1). The k-means clustering process of manual playing of playing cards:> 30 cards, 3 types
Figure 1 Statistical table
Figure 2 Actual situation of the first round
Figure 3 Actual situation of the second round
2). * K-means algorithm is independently written, clustering is performed on the iris petal length data, and displayed with a scatterplot. (Plus points)

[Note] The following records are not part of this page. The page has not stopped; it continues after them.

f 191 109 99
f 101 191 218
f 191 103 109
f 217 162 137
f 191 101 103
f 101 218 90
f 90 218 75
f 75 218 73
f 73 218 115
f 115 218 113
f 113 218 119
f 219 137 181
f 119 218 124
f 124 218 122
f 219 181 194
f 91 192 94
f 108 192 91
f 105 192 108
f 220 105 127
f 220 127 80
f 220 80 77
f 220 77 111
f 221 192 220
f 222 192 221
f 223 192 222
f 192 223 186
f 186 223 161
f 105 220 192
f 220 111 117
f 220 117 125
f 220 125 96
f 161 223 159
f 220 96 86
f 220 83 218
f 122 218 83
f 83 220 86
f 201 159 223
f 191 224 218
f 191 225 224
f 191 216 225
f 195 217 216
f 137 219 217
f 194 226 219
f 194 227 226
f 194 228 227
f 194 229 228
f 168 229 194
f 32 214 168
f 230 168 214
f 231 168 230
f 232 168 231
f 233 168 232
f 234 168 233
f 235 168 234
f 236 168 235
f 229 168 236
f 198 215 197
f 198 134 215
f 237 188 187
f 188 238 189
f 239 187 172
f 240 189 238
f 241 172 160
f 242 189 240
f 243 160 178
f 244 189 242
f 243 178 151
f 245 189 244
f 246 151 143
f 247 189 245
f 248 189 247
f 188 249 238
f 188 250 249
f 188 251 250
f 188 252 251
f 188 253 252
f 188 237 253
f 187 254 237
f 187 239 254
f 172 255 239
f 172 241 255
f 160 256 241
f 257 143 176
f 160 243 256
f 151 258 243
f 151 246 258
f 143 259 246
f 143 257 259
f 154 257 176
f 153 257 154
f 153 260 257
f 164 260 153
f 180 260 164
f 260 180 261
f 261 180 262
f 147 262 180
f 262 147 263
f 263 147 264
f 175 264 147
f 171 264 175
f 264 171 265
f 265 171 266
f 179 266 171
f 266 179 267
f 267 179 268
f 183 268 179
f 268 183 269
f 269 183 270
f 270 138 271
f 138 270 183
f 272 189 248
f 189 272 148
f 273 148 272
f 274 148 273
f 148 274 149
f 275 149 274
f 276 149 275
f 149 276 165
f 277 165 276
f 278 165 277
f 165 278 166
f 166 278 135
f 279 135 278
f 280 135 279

ps: The artificial intelligence teacher has taught this algorithm before, so the code is basically the same.
Source code:
# Import data set from sklearn.datasets import load_iris import numpy as np data = load_iris (). Data n = len (data) # Calculate the total number of samples m = data.shape [1] # The number of sample attributes k = 3 #Select the class The number of centers dist = np.zeros ([n, k + 1]) #Initialize the distance matrix, the last column stores the category of each sample center = data [: k ,: ] center_new = np.zeros ([k, m] ) while True: for i in range (n): for j in range (k): dist [i, j] = np.sqrt (sum ((data [i,:]-center [j,:]) ** 2)) dist [i, k] = np.argmin (dist [i,: k]) for i in range (k): index = dist [:, k] == i # center_new [i,:] = data [index,:]. mean (axis = 0) ,: if np.all ((center == center_new)): break else: center = center_new print ("Classification of 150 samples \ n", dist [:, k])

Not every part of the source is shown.